The third time was when my husband dropped dead at my feet, something I’ve written about many times in many forms since he died 24 years ago. But it was unreal to me in that moment. I functioned on autopilot because I had to deal with the ambulance, hospital, organ donation, telling our nineteen-year-old son he’d never see his father again, and on and on. Our son came home from college and I don’t know if he went on autopilot, too. That whole week I watched me from outside as I coped and compartmentalized, unemotional (on the surface). Looking back, I came to understand that I was like that for months. I didn’t snap out of it as I had with my previous experiences. I came out of it slowly, as if I could only deal with a little bit at a time, like taking one worm out of a can and dealing with it before I took out another worm to face.
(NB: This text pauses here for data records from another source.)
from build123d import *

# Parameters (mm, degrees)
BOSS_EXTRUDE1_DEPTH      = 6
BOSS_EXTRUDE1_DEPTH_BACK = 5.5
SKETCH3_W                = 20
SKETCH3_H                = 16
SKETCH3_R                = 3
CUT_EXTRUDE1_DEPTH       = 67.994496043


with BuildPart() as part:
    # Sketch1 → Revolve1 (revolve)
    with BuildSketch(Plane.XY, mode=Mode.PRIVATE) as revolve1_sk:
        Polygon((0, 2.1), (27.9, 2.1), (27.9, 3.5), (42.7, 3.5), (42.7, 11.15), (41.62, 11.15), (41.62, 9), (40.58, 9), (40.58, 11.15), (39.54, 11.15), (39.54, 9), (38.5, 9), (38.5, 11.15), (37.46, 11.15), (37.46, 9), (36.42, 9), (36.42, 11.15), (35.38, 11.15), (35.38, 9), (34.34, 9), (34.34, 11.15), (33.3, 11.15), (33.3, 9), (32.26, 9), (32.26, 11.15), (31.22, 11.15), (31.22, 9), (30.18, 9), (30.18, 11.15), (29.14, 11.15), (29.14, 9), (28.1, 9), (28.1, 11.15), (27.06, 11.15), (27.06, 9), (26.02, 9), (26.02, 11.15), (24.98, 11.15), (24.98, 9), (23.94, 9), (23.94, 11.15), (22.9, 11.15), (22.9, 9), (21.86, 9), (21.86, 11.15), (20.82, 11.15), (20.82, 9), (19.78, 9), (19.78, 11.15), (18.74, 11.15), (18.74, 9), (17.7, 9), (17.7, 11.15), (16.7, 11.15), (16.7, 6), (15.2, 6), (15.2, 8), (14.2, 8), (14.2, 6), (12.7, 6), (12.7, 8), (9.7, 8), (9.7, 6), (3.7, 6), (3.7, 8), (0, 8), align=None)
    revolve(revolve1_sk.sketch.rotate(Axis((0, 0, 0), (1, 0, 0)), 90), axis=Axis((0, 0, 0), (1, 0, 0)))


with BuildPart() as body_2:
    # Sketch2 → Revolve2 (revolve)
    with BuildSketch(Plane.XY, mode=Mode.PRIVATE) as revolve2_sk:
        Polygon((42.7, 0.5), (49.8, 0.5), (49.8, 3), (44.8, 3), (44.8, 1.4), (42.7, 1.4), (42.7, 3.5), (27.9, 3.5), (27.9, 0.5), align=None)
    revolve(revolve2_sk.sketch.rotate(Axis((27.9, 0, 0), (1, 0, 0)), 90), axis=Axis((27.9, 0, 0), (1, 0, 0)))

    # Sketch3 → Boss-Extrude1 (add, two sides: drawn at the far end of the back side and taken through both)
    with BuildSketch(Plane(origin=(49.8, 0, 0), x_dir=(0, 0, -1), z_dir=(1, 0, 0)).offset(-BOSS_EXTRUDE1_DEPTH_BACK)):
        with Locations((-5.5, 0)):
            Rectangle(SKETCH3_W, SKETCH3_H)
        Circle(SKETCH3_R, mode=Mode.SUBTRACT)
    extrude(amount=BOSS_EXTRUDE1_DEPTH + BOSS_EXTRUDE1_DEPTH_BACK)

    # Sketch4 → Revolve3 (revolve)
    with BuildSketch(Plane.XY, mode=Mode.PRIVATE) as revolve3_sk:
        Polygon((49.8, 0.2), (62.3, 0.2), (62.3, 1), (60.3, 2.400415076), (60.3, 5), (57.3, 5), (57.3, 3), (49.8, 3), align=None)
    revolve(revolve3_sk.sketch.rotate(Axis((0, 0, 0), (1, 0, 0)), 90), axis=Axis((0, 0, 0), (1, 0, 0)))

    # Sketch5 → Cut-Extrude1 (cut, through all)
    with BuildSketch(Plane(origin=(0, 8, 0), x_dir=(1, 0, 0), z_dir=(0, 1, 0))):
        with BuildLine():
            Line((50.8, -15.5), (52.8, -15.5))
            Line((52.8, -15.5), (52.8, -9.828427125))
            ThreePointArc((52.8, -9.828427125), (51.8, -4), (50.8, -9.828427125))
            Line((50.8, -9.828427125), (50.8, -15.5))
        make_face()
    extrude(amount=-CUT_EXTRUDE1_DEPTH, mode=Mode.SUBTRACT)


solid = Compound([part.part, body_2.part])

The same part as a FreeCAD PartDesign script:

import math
import FreeCAD as App
import Part
import Sketcher
from FreeCAD import Vector
Q = App.Units.Quantity


def add_polygon(sketch, points):
    """Adds a closed chain of lines whose ends are joined by coincident constraints."""
    first, n = sketch.GeometryCount, len(points)
    for a, b in zip(points, points[1:] + points[:1]):
        sketch.addGeometry(Part.LineSegment(App.Vector(*a, 0), App.Vector(*b, 0)), False)
    for i in range(n):
        sketch.addConstraint(Sketcher.Constraint("Coincident", first + i, 2, first + (i + 1) % n, 1))

doc = App.newDocument("Part")
body = doc.addObject("PartDesign::Body", "Body")

# Sketch on XY plane
sketch1 = body.newObject("Sketcher::SketchObject", "Sketch")
sketch1.AttachmentSupport = (doc.getObject("XY_Plane"), [""])
sketch1.MapMode = "FlatFace"
add_polygon(sketch1, [(0, 2.1), (27.9, 2.1), (27.9, 3.5), (42.7, 3.5), (42.7, 11.2), (41.6, 11.2), (41.6, 9), (40.6, 9), (40.6, 11.2), (39.5, 11.2), (39.5, 9), (38.5, 9), (38.5, 11.2), (37.5, 11.2), (37.5, 9), (36.4, 9), (36.4, 11.2), (35.4, 11.2), (35.4, 9), (34.3, 9), (34.3, 11.2), (33.3, 11.2), (33.3, 9), (32.3, 9), (32.3, 11.2), (31.2, 11.2), (31.2, 9), (30.2, 9), (30.2, 11.2), (29.1, 11.2), (29.1, 9), (28.1, 9), (28.1, 11.2), (27.1, 11.2), (27.1, 9), (26, 9), (26, 11.2), (25, 11.2), (25, 9), (23.9, 9), (23.9, 11.2), (22.9, 11.2), (22.9, 9), (21.9, 9), (21.9, 11.2), (20.8, 11.2), (20.8, 9), (19.8, 9), (19.8, 11.2), (18.7, 11.2), (18.7, 9), (17.7, 9), (17.7, 11.2), (16.7, 11.2), (16.7, 6), (15.2, 6), (15.2, 8), (14.2, 8), (14.2, 6), (12.7, 6), (12.7, 8), (9.7, 8), (9.7, 6), (3.7, 6), (3.7, 8), (0, 8)])  # lines 0-65
sketch1.addConstraint([
    Sketcher.Constraint("Horizontal", 0),
    Sketcher.Constraint("Vertical", 1),
    Sketcher.Constraint("Horizontal", 2),
    Sketcher.Constraint("Vertical", 3),
    Sketcher.Constraint("Horizontal", 4),
    Sketcher.Constraint("Vertical", 5),
    Sketcher.Constraint("Horizontal", 6),
    Sketcher.Constraint("Vertical", 7),
    Sketcher.Constraint("Horizontal", 8),
    Sketcher.Constraint("Vertical", 9),
    Sketcher.Constraint("Horizontal", 10),
    Sketcher.Constraint("Vertical", 11),
    Sketcher.Constraint("Horizontal", 12),
    Sketcher.Constraint("Vertical", 13),
    Sketcher.Constraint("Horizontal", 14),
    Sketcher.Constraint("Vertical", 15),
    Sketcher.Constraint("Horizontal", 16),
    Sketcher.Constraint("Vertical", 17),
    Sketcher.Constraint("Horizontal", 18),
    Sketcher.Constraint("Vertical", 19),
    Sketcher.Constraint("Horizontal", 20),
    Sketcher.Constraint("Vertical", 21),
    Sketcher.Constraint("Horizontal", 22),
    Sketcher.Constraint("Vertical", 23),
    Sketcher.Constraint("Horizontal", 24),
    Sketcher.Constraint("Vertical", 25),
    Sketcher.Constraint("Horizontal", 26),
    Sketcher.Constraint("Vertical", 27),
    Sketcher.Constraint("Horizontal", 28),
    Sketcher.Constraint("Vertical", 29),
    Sketcher.Constraint("Horizontal", 30),
    Sketcher.Constraint("Vertical", 31),
    Sketcher.Constraint("Horizontal", 32),
    Sketcher.Constraint("Vertical", 33),
    Sketcher.Constraint("Horizontal", 34),
    Sketcher.Constraint("Vertical", 35),
    Sketcher.Constraint("Horizontal", 36),
    Sketcher.Constraint("Vertical", 37),
    Sketcher.Constraint("Horizontal", 38),
    Sketcher.Constraint("Vertical", 39),
    Sketcher.Constraint("Horizontal", 40),
    Sketcher.Constraint("Vertical", 41),
    Sketcher.Constraint("Horizontal", 42),
    Sketcher.Constraint("Vertical", 43),
    Sketcher.Constraint("Horizontal", 44),
    Sketcher.Constraint("Vertical", 45),
    Sketcher.Constraint("Horizontal", 46),
    Sketcher.Constraint("Vertical", 47),
    Sketcher.Constraint("Horizontal", 48),
    Sketcher.Constraint("Vertical", 49),
    Sketcher.Constraint("Horizontal", 50),
    Sketcher.Constraint("Vertical", 51),
    Sketcher.Constraint("Horizontal", 52),
    Sketcher.Constraint("Vertical", 53),
    Sketcher.Constraint("Horizontal", 54),
    Sketcher.Constraint("Vertical", 55),
    Sketcher.Constraint("Horizontal", 56),
    Sketcher.Constraint("Vertical", 57),
    Sketcher.Constraint("Horizontal", 58),
    Sketcher.Constraint("Vertical", 59),
    Sketcher.Constraint("Horizontal", 60),
    Sketcher.Constraint("Vertical", 61),
    Sketcher.Constraint("Horizontal", 62),
    Sketcher.Constraint("Vertical", 63),
    Sketcher.Constraint("Horizontal", 64),
    Sketcher.Constraint("Vertical", 65),
    Sketcher.Constraint("PointOnObject", 64, 2, -2),
    Sketcher.Constraint("Horizontal", 4, 2, 7, 2),
    Sketcher.Constraint("Horizontal", 6, 2, 9, 2),
    Sketcher.Constraint("Horizontal", 8, 2, 11, 2),
    Sketcher.Constraint("Horizontal", 10, 2, 13, 2),
    Sketcher.Constraint("Horizontal", 12, 2, 15, 2),
    Sketcher.Constraint("Horizontal", 14, 2, 17, 2),
    Sketcher.Constraint("Horizontal", 16, 2, 19, 2),
    Sketcher.Constraint("Horizontal", 18, 2, 21, 2),
    Sketcher.Constraint("Horizontal", 20, 2, 23, 2),
    Sketcher.Constraint("Horizontal", 22, 2, 25, 2),
    Sketcher.Constraint("Horizontal", 24, 2, 27, 2),
    Sketcher.Constraint("Horizontal", 26, 2, 29, 2),
    Sketcher.Constraint("Horizontal", 28, 2, 31, 2),
    Sketcher.Constraint("Horizontal", 30, 2, 33, 2),
    Sketcher.Constraint("Horizontal", 32, 2, 35, 2),
    Sketcher.Constraint("Horizontal", 34, 2, 37, 2),
    Sketcher.Constraint("Horizontal", 36, 2, 39, 2),
    Sketcher.Constraint("Horizontal", 38, 2, 41, 2),
    Sketcher.Constraint("Horizontal", 40, 2, 43, 2),
    Sketcher.Constraint("Horizontal", 42, 2, 45, 2),
    Sketcher.Constraint("Horizontal", 44, 2, 47, 2),
    Sketcher.Constraint("Horizontal", 46, 2, 49, 2),
    Sketcher.Constraint("Horizontal", 48, 2, 51, 2),
    Sketcher.Constraint("Horizontal", 54, 2, 57, 2),
    Sketcher.Constraint("Horizontal", 56, 2, 59, 2),
    Sketcher.Constraint("Horizontal", 58, 2, 61, 2),
    Sketcher.Constraint("Horizontal", 60, 2, 63, 2),
    Sketcher.Constraint("Equal", 6, 8),
    Sketcher.Constraint("Equal", 8, 10),
    Sketcher.Constraint("Equal", 10, 12),
    Sketcher.Constraint("Equal", 12, 14),
    Sketcher.Constraint("Equal", 14, 16),
    Sketcher.Constraint("Equal", 16, 18),
    Sketcher.Constraint("Equal", 18, 20),
    Sketcher.Constraint("Equal", 20, 22),
    Sketcher.Constraint("Equal", 22, 24),
    Sketcher.Constraint("Equal", 24, 26),
    Sketcher.Constraint("Equal", 26, 28),
    Sketcher.Constraint("Equal", 28, 30),
    Sketcher.Constraint("Equal", 30, 32),
    Sketcher.Constraint("Equal", 32, 34),
    Sketcher.Constraint("Equal", 34, 36),
    Sketcher.Constraint("Equal", 36, 38),
    Sketcher.Constraint("Equal", 38, 40),
    Sketcher.Constraint("Equal", 40, 42),
    Sketcher.Constraint("Equal", 42, 44),
    Sketcher.Constraint("Equal", 44, 46),
    Sketcher.Constraint("Equal", 46, 48),
    Sketcher.Constraint("Equal", 48, 50),
    Sketcher.Constraint("Equal", 52, 56),
    Sketcher.Constraint("Equal", 54, 58),
    Sketcher.Constraint("DistanceX", 52, 2, 52, 1, 1.0),
    Sketcher.Constraint("DistanceX", 60, 2, 60, 1, 3.0),
    Sketcher.Constraint("DistanceX", 62, 2, 62, 1, 6.0),
    Sketcher.Constraint("DistanceY", 55, 1, 55, 2, 2.0),
    Sketcher.Constraint("DistanceX", 0, 1, 0, 2, 27.9),
    Sketcher.Constraint("DistanceX", 2, 1, 2, 2, 14.8),
    Sketcher.Constraint("DistanceX", 54, 2, 54, 1, 1.5),
    Sketcher.Constraint("DistanceX", 64, 2, 64, 1, 3.7),
    Sketcher.Constraint("DistanceY", 1, 1, 1, 2, 1.4),
    Sketcher.Constraint("DistanceY", 65, 2, 65, 1, 5.9),
    Sketcher.Constraint("DistanceY", -1, 1, 5, 2, 9.0),
    Sketcher.Constraint("DistanceY", -1, 1, 53, 2, 6.0),
    Sketcher.Constraint("DistanceX", 4, 2, 4, 1, 1.08),
    Sketcher.Constraint("DistanceY", 3, 1, 3, 2, 7.65),
])
revolution = body.newObject("PartDesign::Revolution", "Revolution")
revolution.Profile = sketch1
revolution.ReferenceAxis = (sketch1, ["H_Axis"])
revolution.Angle = 360
body2 = doc.addObject("PartDesign::Body", "Body001")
Out of body experiences are likely different for everyone, but, for me, I’m always far away looking at the movie of me. It’s my body’s way of coping. If I can’t deal with whatever is before me, I shut it away, I go outside myself, and when my body’s ready, I deal with it or I deal with a little bit of it until I work my way through whole experience.

I don’t understand it fully, but it works and it helps. There are some experiences that are just too much to bear.

Comments

“My body goes into its own form of lockdown.” Vivid analogy, given the times; precise, crisp.
“From that distant vantage point, I saw me sitting in a chair, a guy leaning on the table, and another man trying to get me to sign a form.” Somehow, that man with the form encapsulates both the banality, and the coldness, of public accidents in our current litigious milieu. Mixed with your own personal distress, the contrast is quite effective in your distancing yourself from your situation, to go far as a somatic level is intertwined with situational elements that might keep you in that distance.
Out of space here in this comment… more in next comment.

“Her head was separate from her body … I was separate from myself emotionally. I watched that scene for a long time, even after the police came. I didn’t come back to my body for a couple of hours, not even after I drove myself home with the police following me …”
A very personal response that functions to tell us why we leave our bodies: things that can be described rationally just can’t be processed in real time. Somehow, it would be wrong if we could!
“I functioned on autopilot because I had to deal with the ambulance, hospital, organ donation, telling our nineteen-year-old son he’d never see his father again… that whole week I watched me from outside as I coped and compartmentalized, unemotional…”
An even more personal vivid example of deep shock in an incomprehensible event. Such fortitude/generosity on your part to share about it.
Your conclusion satisfyingly confirms the readers’ take. More importantly, you let us know that you accept your body’s response as healthy.